Willy Taveras had a good game, indeed, scoring both runs, but I still think it might be nice for the Rockies to have a leadoff hitter with more than 1 RBI by now. (My nominee, Troy Tulowitzki, is now up to three with the game-winner from last night. Jimmy Rollins has six.) It was the Rockies' bullpen (not to forget Francis's seven three-hit innings) to whom the night belonged. Brian Fuentes, Taylor Buchholz (who was lights-out throwing first-pitch strikes and fanned three in two innings -- give this guy a start already), Micah Bowie, Matt Herges, Manny Corpas, Ryan Speier, and Kip Wells (four shutout innings) allowed only eight collective hits in fifteen innings of work.
Thanks to these expanded box scores we have nowadays, I can tell you that the Colorado pitchers forced 31 groundballs versus 17 flyballs while the ratio for San Diego was 25 to 20. That doesn't even tell the whole story -- a lot of the Padre "flyballs" were popups, and the Rockies were driving the ball regularly, particularly the middle of the lineup. I draw two things from this -- first of all, Petco needs some kind of anti-humidor to harden the balls and make them go farther. Second of all, if you trade for a Padres reliever with scary good stats and expect them to get as many flyball outs in your ballpark, you do so at your own peril.
I would have liked to be on the comment board following this epic with you folks at home last night, but there's a funny story behind that. I had plans with my girlfriend last evening and when she arrived I asked if it was OK if we listened to records until the game was over. I thought it was going to be an important contest last night, and boy, was I right. I wasn't expecting to see what I did, but I was hoping to see Colorado claw back to just one game under .500, something it took them most of the first half to finish doing last season. When the game went into extra innings, she was understandably cranky, so I explained to her -- at length -- how it's an essential part of the code of who I am that I never bail out on my team during extra-inning games. Never. I've been that way since I was ten years old. Of course, after giving this speech in the 11th or so, I was compelled to watch the entirety of the game not only because my code demands it and you my readers deserve it, but also because to not have done so would have make me look like an enormous hypocrite.

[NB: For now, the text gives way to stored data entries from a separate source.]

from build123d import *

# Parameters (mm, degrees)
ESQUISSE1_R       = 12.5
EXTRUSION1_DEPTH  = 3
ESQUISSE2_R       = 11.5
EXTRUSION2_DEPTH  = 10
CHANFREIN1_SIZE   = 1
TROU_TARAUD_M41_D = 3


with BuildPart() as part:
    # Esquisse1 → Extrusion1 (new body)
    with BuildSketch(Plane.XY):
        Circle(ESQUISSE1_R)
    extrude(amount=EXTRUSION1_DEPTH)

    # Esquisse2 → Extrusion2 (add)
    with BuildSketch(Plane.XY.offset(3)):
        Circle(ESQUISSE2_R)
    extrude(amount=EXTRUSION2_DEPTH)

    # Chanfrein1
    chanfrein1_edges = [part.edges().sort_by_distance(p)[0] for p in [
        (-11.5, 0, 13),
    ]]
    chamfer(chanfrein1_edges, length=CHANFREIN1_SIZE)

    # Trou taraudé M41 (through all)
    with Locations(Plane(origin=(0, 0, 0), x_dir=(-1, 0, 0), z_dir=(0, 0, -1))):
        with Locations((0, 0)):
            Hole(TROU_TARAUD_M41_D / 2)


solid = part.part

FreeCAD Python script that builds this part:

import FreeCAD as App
import Part
import Sketcher


def edges_at(feature, points):
    """Names of the edges that pass closest to the given points."""
    edges = feature.Shape.Edges
    near = lambda p: min(range(len(edges)), key=lambda i: edges[i].distToShape(Part.Vertex(*p))[0])
    return sorted({f"Edge{near(p) + 1}" for p in points})

doc = App.newDocument("Part")
params = doc.addObject("Spreadsheet::Sheet", "Params")
for row, (alias, value) in enumerate([
    ("sketch1_diameter", "25 mm"),
    ("pad1_length", "3 mm"),
    ("sketch2_diameter", "23 mm"),
    ("pad2_length", "10 mm"),
    ("chamfer_size", "1 mm"),
    ("sketch3_diameter", "3 mm"),
    ("hole_diameter", "3 mm"),
], start=1):
    params.set(f"A{row}", alias)
    params.set(f"B{row}", "=" + value)
    params.setAlias(f"B{row}", alias)

body = doc.addObject("PartDesign::Body", "Body")

sketch1 = body.newObject("Sketcher::SketchObject", "Sketch")
sketch1.AttachmentSupport = (doc.getObject("XY_Plane"), [""])
sketch1.MapMode = "FlatFace"
sketch1.addGeometry(Part.Circle(App.Vector(0, 0, 0), App.Vector(0, 0, 1), 12), False)
sketch1.addConstraint(Sketcher.Constraint("Coincident", 0, 3, -1, 1))
sketch1.addConstraint(Sketcher.Constraint("Diameter", 0, 25.0))
sketch1.setExpression("Constraints[1]", "Params.sketch1_diameter")
pad1 = body.newObject("PartDesign::Pad", "Pad")
pad1.Profile = sketch1
pad1.setExpression("Length", "Params.pad1_length")

sketch2 = body.newObject("Sketcher::SketchObject", "Sketch001")
sketch2.AttachmentSupport = (doc.getObject("XY_Plane"), [""])
sketch2.MapMode = "FlatFace"
sketch2.AttachmentOffset = App.Placement(App.Vector(0, 0, 3), App.Rotation())
sketch2.addGeometry(Part.Circle(App.Vector(0, 0, 0), App.Vector(0, 0, 1), 12), False)
sketch2.addConstraint(Sketcher.Constraint("Coincident", 0, 3, -1, 1))
sketch2.addConstraint(Sketcher.Constraint("Diameter", 0, 23.0))
sketch2.setExpression("Constraints[1]", "Params.sketch2_diameter")
pad2 = body.newObject("PartDesign::Pad", "Pad001")
pad2.Profile = sketch2
pad2.setExpression("Length", "Params.pad2_length")
doc.recompute()

chamfer = body.newObject("PartDesign::Chamfer", "Chamfer")
chamfer.Base = (pad2, edges_at(pad2, [(-11.5, 0, 13)]))
chamfer.setExpression("Size", "Params.chamfer_size")

sketch3 = body.newObject("Sketcher::SketchObject", "Sketch002")
sketch3.AttachmentSupport = (doc.getObject("XY_Plane"), [""])
sketch3.MapMode = "FlatFace"
sketch3.addGeometry(Part.Circle(App.Vector(0, 0, 0), App.Vector(0, 0, 1), 1.5), False)
sketch3.addConstraint(Sketcher.Constraint("Coincident", 0, 3, -1, 1))
sketch3.addConstraint(Sketcher.Constraint("Diameter", 0, 3.0))
sketch3.setExpression("Constraints[1]", "Params.sketch3_diameter")
doc.recompute()
hole = body.newObject("PartDesign::Hole", "Hole")
hole.Profile = sketch3
hole.ThreadType = "None"
hole.setExpression("Diameter", "Params.hole_diameter")
hole.DepthType = "ThroughAll"
hole.Reversed = True

doc.recompute()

What Should the Lineup Be?
Kels (recognize) asked in the comment section what I think the ideal Rockies lineup would be. I started to write a massively long response, but then I realized more people would read it if I made it a post.
Here is what I would do: I would set up a home/road platoon. Play Willy Taveras at Coors for his defense, since the rear flank of the Rockies' lineup all tend to turn into big producers at home and on the road the Rockies need all the help they can get (and nobody, underline nobody, has an outfield bigger than Coors Field's). So at home:
Why bat Willy seventh? Well, you obviously can't bat him eighth -- his entire offensive value is his basestealing ability. You can't put a basestealer on right before the pitcher because the pitcher's always going to bunt the guy over if he gets on anyway. He's not really an RBI person, but leadoff hitters get more RBI opportunities than #7 hitters simply by virtue of coming up far more often. The other thing I like about this for the Rockies is that Yorvit Torrealba hits significantly better with runners in scoring position. Willy leads off and gets on, steals second, then either Yorvit (or Iannetta!) knocks him in with a single or moves him over with a sac fly or grounder to the right side of the infield. Then with one out the pitcher squeezes him in. Perfect, right? And you expect little smallball one-run rallies like that from the bottom of your lineup. You want the TOP of the Rockies lineup to be having three, four-run innings.
Having Troy Tulowitzki hit leadoff is one of those "Your time will come" things. He's going to be a 3-4-5 hitter soon but right now with the guys they have he's the best candidate. Obviously he has to bust his slump first.
And Helton second? Makes so much sense I don't know why they haven't thought of it yet. He's on base all the dang time and he owns the strike zone.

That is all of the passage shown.